To celebrate Frankie and Remi’s 9th birthday this year, we decided to have dog friends, Kona and Kaleia, over for a Dog Party! (or Bark Fest in this case (herding dogs, they bark a lot).
Tucked behind the intro and before the cocktails page of Ina Garten’s Make It Ahead is a recipe for Whole Wheat Peanut Butter Dog Biscuits. This recipe makes a lot of biscuits which is perfect as you can send them home as party favors. (Yes, our dogs are spoiled!)
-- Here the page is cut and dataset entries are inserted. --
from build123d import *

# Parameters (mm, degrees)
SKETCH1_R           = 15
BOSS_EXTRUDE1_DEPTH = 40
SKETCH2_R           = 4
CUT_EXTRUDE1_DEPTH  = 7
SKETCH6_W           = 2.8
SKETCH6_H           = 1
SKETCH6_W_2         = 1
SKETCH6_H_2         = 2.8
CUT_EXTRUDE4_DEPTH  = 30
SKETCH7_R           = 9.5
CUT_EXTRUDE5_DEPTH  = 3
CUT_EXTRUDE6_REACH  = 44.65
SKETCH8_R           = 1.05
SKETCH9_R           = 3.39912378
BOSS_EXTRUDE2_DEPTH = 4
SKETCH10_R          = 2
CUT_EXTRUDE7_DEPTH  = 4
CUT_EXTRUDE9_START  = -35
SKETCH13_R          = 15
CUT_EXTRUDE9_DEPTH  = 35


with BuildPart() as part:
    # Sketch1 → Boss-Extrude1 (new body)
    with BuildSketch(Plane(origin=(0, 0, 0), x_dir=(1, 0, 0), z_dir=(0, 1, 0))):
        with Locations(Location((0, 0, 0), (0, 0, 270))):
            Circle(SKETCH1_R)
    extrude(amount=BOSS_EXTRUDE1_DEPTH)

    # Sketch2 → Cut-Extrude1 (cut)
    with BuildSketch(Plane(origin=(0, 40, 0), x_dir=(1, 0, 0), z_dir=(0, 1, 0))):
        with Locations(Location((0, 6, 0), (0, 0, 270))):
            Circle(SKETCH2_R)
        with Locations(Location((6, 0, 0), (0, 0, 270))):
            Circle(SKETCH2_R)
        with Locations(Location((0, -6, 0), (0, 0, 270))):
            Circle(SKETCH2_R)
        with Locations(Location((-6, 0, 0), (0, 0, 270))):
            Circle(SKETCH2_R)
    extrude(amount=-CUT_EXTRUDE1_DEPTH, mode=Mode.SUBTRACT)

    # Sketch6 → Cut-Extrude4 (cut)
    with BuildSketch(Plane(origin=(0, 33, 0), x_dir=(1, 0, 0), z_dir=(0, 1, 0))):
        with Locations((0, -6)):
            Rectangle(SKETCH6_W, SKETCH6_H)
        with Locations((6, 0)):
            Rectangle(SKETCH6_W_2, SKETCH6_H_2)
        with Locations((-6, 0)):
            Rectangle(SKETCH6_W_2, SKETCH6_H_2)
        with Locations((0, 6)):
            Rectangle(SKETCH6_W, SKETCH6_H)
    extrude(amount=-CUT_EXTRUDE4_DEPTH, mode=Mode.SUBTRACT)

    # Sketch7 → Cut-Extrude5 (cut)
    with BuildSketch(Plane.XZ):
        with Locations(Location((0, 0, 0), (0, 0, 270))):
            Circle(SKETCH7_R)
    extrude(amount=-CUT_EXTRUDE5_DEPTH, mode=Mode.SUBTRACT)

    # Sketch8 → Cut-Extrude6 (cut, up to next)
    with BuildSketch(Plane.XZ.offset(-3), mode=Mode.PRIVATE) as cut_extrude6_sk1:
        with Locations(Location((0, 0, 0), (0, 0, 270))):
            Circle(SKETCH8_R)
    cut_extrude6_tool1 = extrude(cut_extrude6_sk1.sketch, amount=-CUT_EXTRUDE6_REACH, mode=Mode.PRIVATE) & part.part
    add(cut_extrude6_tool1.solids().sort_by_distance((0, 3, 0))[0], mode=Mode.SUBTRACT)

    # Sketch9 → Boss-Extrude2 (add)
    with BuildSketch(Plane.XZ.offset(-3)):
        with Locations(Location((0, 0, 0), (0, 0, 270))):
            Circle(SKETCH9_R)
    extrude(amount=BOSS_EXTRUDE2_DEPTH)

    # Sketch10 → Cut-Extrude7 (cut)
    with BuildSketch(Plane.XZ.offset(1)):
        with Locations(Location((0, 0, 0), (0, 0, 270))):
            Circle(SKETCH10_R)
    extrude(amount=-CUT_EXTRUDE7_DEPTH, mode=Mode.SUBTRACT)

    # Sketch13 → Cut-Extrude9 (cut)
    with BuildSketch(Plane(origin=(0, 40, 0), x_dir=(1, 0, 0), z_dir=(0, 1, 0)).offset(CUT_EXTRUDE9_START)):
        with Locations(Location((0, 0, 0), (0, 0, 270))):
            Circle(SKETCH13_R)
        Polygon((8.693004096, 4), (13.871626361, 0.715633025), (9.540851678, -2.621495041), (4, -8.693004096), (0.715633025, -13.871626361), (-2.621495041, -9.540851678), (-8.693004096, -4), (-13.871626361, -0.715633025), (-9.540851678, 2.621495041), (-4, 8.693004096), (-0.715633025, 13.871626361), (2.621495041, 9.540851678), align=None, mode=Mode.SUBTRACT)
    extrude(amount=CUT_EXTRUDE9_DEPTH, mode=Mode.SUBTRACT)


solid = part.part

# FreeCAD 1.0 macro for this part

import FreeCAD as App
import Part
import Sketcher


def add_polygon(sketch, points):
    """Adds a closed chain of lines whose ends are joined by coincident constraints."""
    first, n = sketch.GeometryCount, len(points)
    for a, b in zip(points, points[1:] + points[:1]):
        sketch.addGeometry(Part.LineSegment(App.Vector(*a, 0), App.Vector(*b, 0)), False)
    for i in range(n):
        sketch.addConstraint(Sketcher.Constraint("Coincident", first + i, 2, first + (i + 1) % n, 1))

doc = App.newDocument("Part")
body = doc.addObject("PartDesign::Body", "Body")

# Sketch on XZ plane
sketch1 = body.newObject("Sketcher::SketchObject", "Sketch")
sketch1.AttachmentSupport = (doc.getObject("XZ_Plane"), [""])
sketch1.MapMode = "FlatFace"
sketch1.addGeometry(Part.Circle(App.Vector(0, 0, 0), App.Vector(0, 0, 1), 15), False)
sketch1.addConstraint([
    Sketcher.Constraint("Coincident", 0, 3, -1, 1),
    Sketcher.Constraint("Diameter", 0, 30.0),
])
pad1 = body.newObject("PartDesign::Pad", "Pad")
pad1.Profile = sketch1
pad1.Length = 40
pad1.Reversed = True

# Sketch on XZ plane
sketch2 = body.newObject("Sketcher::SketchObject", "Sketch001")
sketch2.AttachmentSupport = (doc.getObject("XZ_Plane"), [""])
sketch2.MapMode = "FlatFace"
sketch2.AttachmentOffset = App.Placement(App.Vector(0, 0, -40), App.Rotation())
sketch2.addGeometry([
    Part.Circle(App.Vector(0, -6, 0), App.Vector(0, 0, 1), 4),
    Part.Circle(App.Vector(6, 0, 0), App.Vector(0, 0, 1), 4),
    Part.Circle(App.Vector(0, 6, 0), App.Vector(0, 0, 1), 4),
    Part.Circle(App.Vector(-6, 0, 0), App.Vector(0, 0, 1), 4),
], False)
sketch2.addConstraint([
    Sketcher.Constraint("Equal", 0, 1),
    Sketcher.Constraint("Equal", 1, 2),
    Sketcher.Constraint("Equal", 2, 3),
    Sketcher.Constraint("Symmetric", 0, 3, 2, 3, -1, 1),
    Sketcher.Constraint("Symmetric", 1, 3, 3, 3, -1, 1),
    Sketcher.Constraint("PointOnObject", 0, 3, -2),
    Sketcher.Constraint("PointOnObject", 1, 3, -1),
    Sketcher.Constraint("Diameter", 0, 8.0),
    Sketcher.Constraint("DistanceY", 0, 3, -1, 1, 6.0),
    Sketcher.Constraint("DistanceX", -1, 1, 1, 3, 6.0),
])
pocket1 = body.newObject("PartDesign::Pocket", "Pocket")
pocket1.Profile = sketch2
pocket1.Length = 7
pocket1.Reversed = True

# Sketch on XZ plane
sketch3 = body.newObject("Sketcher::SketchObject", "Sketch002")
sketch3.AttachmentSupport = (doc.getObject("XZ_Plane"), [""])
sketch3.MapMode = "FlatFace"
sketch3.AttachmentOffset = App.Placement(App.Vector(0, 0, -33), App.Rotation())
add_polygon(sketch3, [(-1.4, 5.5), (-1.4, 6.5), (1.4, 6.5), (1.4, 5.5)])  # lines 0-3
add_polygon(sketch3, [(5.5, -1.4), (5.5, 1.4), (6.5, 1.4), (6.5, -1.4)])  # lines 4-7
add_polygon(sketch3, [(-6.5, -1.4), (-6.5, 1.4), (-5.5, 1.4), (-5.5, -1.4)])  # lines 8-11
add_polygon(sketch3, [(-1.4, -6.5), (-1.4, -5.5), (1.4, -5.5), (1.4, -6.5)])  # lines 12-15
sketch3.addConstraint([
    Sketcher.Constraint("Vertical", 0),
    Sketcher.Constraint("Horizontal", 1),
    Sketcher.Constraint("Vertical", 2),
    Sketcher.Constraint("Horizontal", 3),
    Sketcher.Constraint("Vertical", 4),
    Sketcher.Constraint("Horizontal", 5),
    Sketcher.Constraint("Vertical", 6),
    Sketcher.Constraint("Horizontal", 7),
    Sketcher.Constraint("Vertical", 8),
    Sketcher.Constraint("Horizontal", 9),
    Sketcher.Constraint("Vertical", 10),
    Sketcher.Constraint("Horizontal", 11),
    Sketcher.Constraint("Vertical", 12),
    Sketcher.Constraint("Horizontal", 13),
    Sketcher.Constraint("Vertical", 14),
    Sketcher.Constraint("Horizontal", 15),
    Sketcher.Constraint("Symmetric", 6, 2, 8, 2, -1, 1),
    Sketcher.Constraint("Symmetric", 4, 2, 10, 2, -1, 1),
    Sketcher.Constraint("Symmetric", 2, 2, 12, 2, -1, 1),
    Sketcher.Constraint("Symmetric", 0, 2, 14, 2, -1, 1),
    Sketcher.Constraint("Horizontal", 5, 2, 8, 2),
    Sketcher.Constraint("Vertical", 3, 2, 12, 2),
    Sketcher.Constraint("Equal", 11, 0),
    Sketcher.Constraint("Equal", 15, 4),
    Sketcher.Constraint("DistanceX", 5, 1, 5, 2, 1.0),
    Sketcher.Constraint("DistanceX", 1, 1, 1, 2, 2.8),
    Sketcher.Constraint("DistanceX", 8, 2, 4, 2, 12.0),
    Sketcher.Constraint("DistanceY", -1, 1, 0, 2, 6.5),
])
pocket2 = body.newObject("PartDesign::Pocket", "Pocket001")
pocket2.Profile = sketch3
pocket2.Length = 30
pocket2.Reversed = True

# Sketch on XZ plane
sketch4 = body.newObject("Sketcher::SketchObject", "Sketch003")
sketch4.AttachmentSupport = (doc.getObject("XZ_Plane"), [""])
sketch4.MapMode = "FlatFace"
sketch4.addGeometry(Part.Circle(App.Vector(0, 0, 0), App.Vector(0, 0, 1), 10), False)
sketch4.addConstraint([
    Sketcher.Constraint("Coincident", 0, 3, -1, 1),
    Sketcher.Constraint("Diameter", 0, 19.0),
])
pocket3 = body.newObject("PartDesign::Pocket", "Pocket002")
pocket3.Profile = sketch4
pocket3.Length = 3

# Sketch on XZ plane
sketch5 = body.newObject("Sketcher::SketchObject", "Sketch004")
sketch5.AttachmentSupport = (doc.getObject("XZ_Plane"), [""])
sketch5.MapMode = "FlatFace"
sketch5.AttachmentOffset = App.Placement(App.Vector(0, 0, -3), App.Rotation())
sketch5.addGeometry(Part.Circle(App.Vector(0, 0, 0), App.Vector(0, 0, 1), 1.1), False)
sketch5.addConstraint([
    Sketcher.Constraint("Coincident", 0, 3, -1, 1),
    Sketcher.Constraint("Diameter", 0, 2.1),
])
pocket4 = body.newObject("PartDesign::Pocket", "Pocket003")
pocket4.Profile = sketch5
pocket4.Type = "UpToFirst"

# Sketch on XZ plane
sketch6 = body.newObject("Sketcher::SketchObject", "Sketch005")
sketch6.AttachmentSupport = (doc.getObject("XZ_Plane"), [""])
sketch6.MapMode = "FlatFace"
sketch6.AttachmentOffset = App.Placement(App.Vector(0, 0, -3), App.Rotation())
sketch6.addGeometry(Part.Circle(App.Vector(0, 0, 0), App.Vector(0, 0, 1), 3.4), False)
sketch6.addConstraint([
    Sketcher.Constraint("Coincident", 0, 3, -1, 1),
    Sketcher.Constraint("Diameter", 0, 6.798248),
])
pad2 = body.newObject("PartDesign::Pad", "Pad001")
pad2.Profile = sketch6
pad2.Length = 4

# Sketch on XZ plane
sketch7 = body.newObject("Sketcher::SketchObject", "Sketch006")
sketch7.AttachmentSupport = (doc.getObject("XZ_Plane"), [""])
sketch7.MapMode = "FlatFace"
sketch7.AttachmentOffset = App.Placement(App.Vector(0, 0, 1), App.Rotation())
sketch7.addGeometry(Part.Circle(App.Vector(0, 0, 0), App.Vector(0, 0, 1), 2), False)
sketch7.addConstraint([
    Sketcher.Constraint("Coincident", 0, 3, -1, 1),
    Sketcher.Constraint("Diameter", 0, 4.0),
])
pocket5 = body.newObject("PartDesign::Pocket", "Pocket004")
pocket5.Profile = sketch7
pocket5.Length = 4

# Sketch on XZ plane
sketch8 = body.newObject("Sketcher::SketchObject", "Sketch007")
sketch8.AttachmentSupport = (doc.getObject("XZ_Plane"), [""])
sketch8.MapMode = "FlatFace"
sketch8.AttachmentOffset = App.Placement(App.Vector(0, 0, -5), App.Rotation())
sketch8.addGeometry(Part.Circle(App.Vector(0, 0, 0), App.Vector(0, 0, 1), 15), False)  # 0
add_polygon(sketch8, [(3, -10), (9, -4), (14, -1), (10, 3), (4, 9), (1, 14), (-3, 10), (-9, 4), (-14, 1), (-10, -3), (-4, -9), (-1, -14)])  # lines 1-12
sketch8.addConstraint([
    Sketcher.Constraint("Coincident", 0, 3, -1, 1),
    Sketcher.Constraint("Symmetric", 1, 2, 7, 2, -1, 1),
    Sketcher.Constraint("Symmetric", 2, 2, 8, 2, -1, 1),
    Sketcher.Constraint("Symmetric", 3, 2, 9, 2, -1, 1),
    Sketcher.Constraint("Symmetric", 4, 2, 10, 2, -1, 1),
    Sketcher.Constraint("Symmetric", 5, 2, 11, 2, -1, 1),
    Sketcher.Constraint("Symmetric", 6, 2, 12, 2, -1, 1),
    Sketcher.Constraint("Perpendicular", 1, 4),
    Sketcher.Constraint("Perpendicular", 2, 5),
    Sketcher.Constraint("Perpendicular", 3, 6),
    Sketcher.Constraint("Equal", 1, 4),
    Sketcher.Constraint("Equal", 2, 5),
    Sketcher.Constraint("Equal", 3, 6),
    Sketcher.Constraint("Diameter", 0, 30.0),
    Sketcher.Constraint("DistanceY", 1, 2, -1, 1, 4.0),
    Sketcher.Constraint("DistanceX", 6, 2, 1, 2, 11.314499),
    Sketcher.Constraint("Distance", 1, 8.219748),
    Sketcher.Constraint("Distance", 3, 5.467361),
    Sketcher.Constraint("DistanceX", -1, 1, 3, 2, 9.540852),
    Sketcher.Constraint("DistanceY", 2, 2, 3, 2, 3.337128),
])
pocket6 = body.newObject("PartDesign::Pocket", "Pocket005")
pocket6.Profile = sketch8
pocket6.Length = 35

doc.recompute()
1 ½ c. stone-ground whole wheat flour
1 c. all-purpose flour
½ c. powdered milk
½ c. quick-cooking oats (not instant), plus extra for sprinkling
½ c. smooth peanut butter
2 T. toasted wheat germ
1 extra-large egg, lightly beaten
1 egg beaten with 1 T. water for the egg wash
dog bone-shaped cookie cutter
Preheat the oven to 325°. Line two cookie sheets with parchment paper. [Ina’s recipe says to use an electric mixer with a paddle attachment, but as I don’t have one, a hand mixer worked just as well.] In a large bowl, combine the two flours, powdered milk, oats, peanut butter, and wheat germ. With the mixer on low speed, add the egg and 1 cup of water and mix until it just forms a slightly sticky ball.
Dump the dough out on a well-floured board and knead it into a ball. Roll the dough out ½ inch thick (if these biscuits are for smaller dogs, roll the dough a little thinner, so they are easier to bite into). Dip a dog bone-shaped cookie cutter in flour and cut out shapes. Collect the scraps, knead lightly, roll out again, and cut more dog biscuits.
Place the biscuits on the prepared sheet pans and brush with the egg wash. Sprinkle with oats and bake for 1 hour, until completely hard. Cool and store in an airtight container. Use within one week as they contain no preservatives.
Remi enjoys her biscuits with a Spanish GinTonic…
…and love you even more.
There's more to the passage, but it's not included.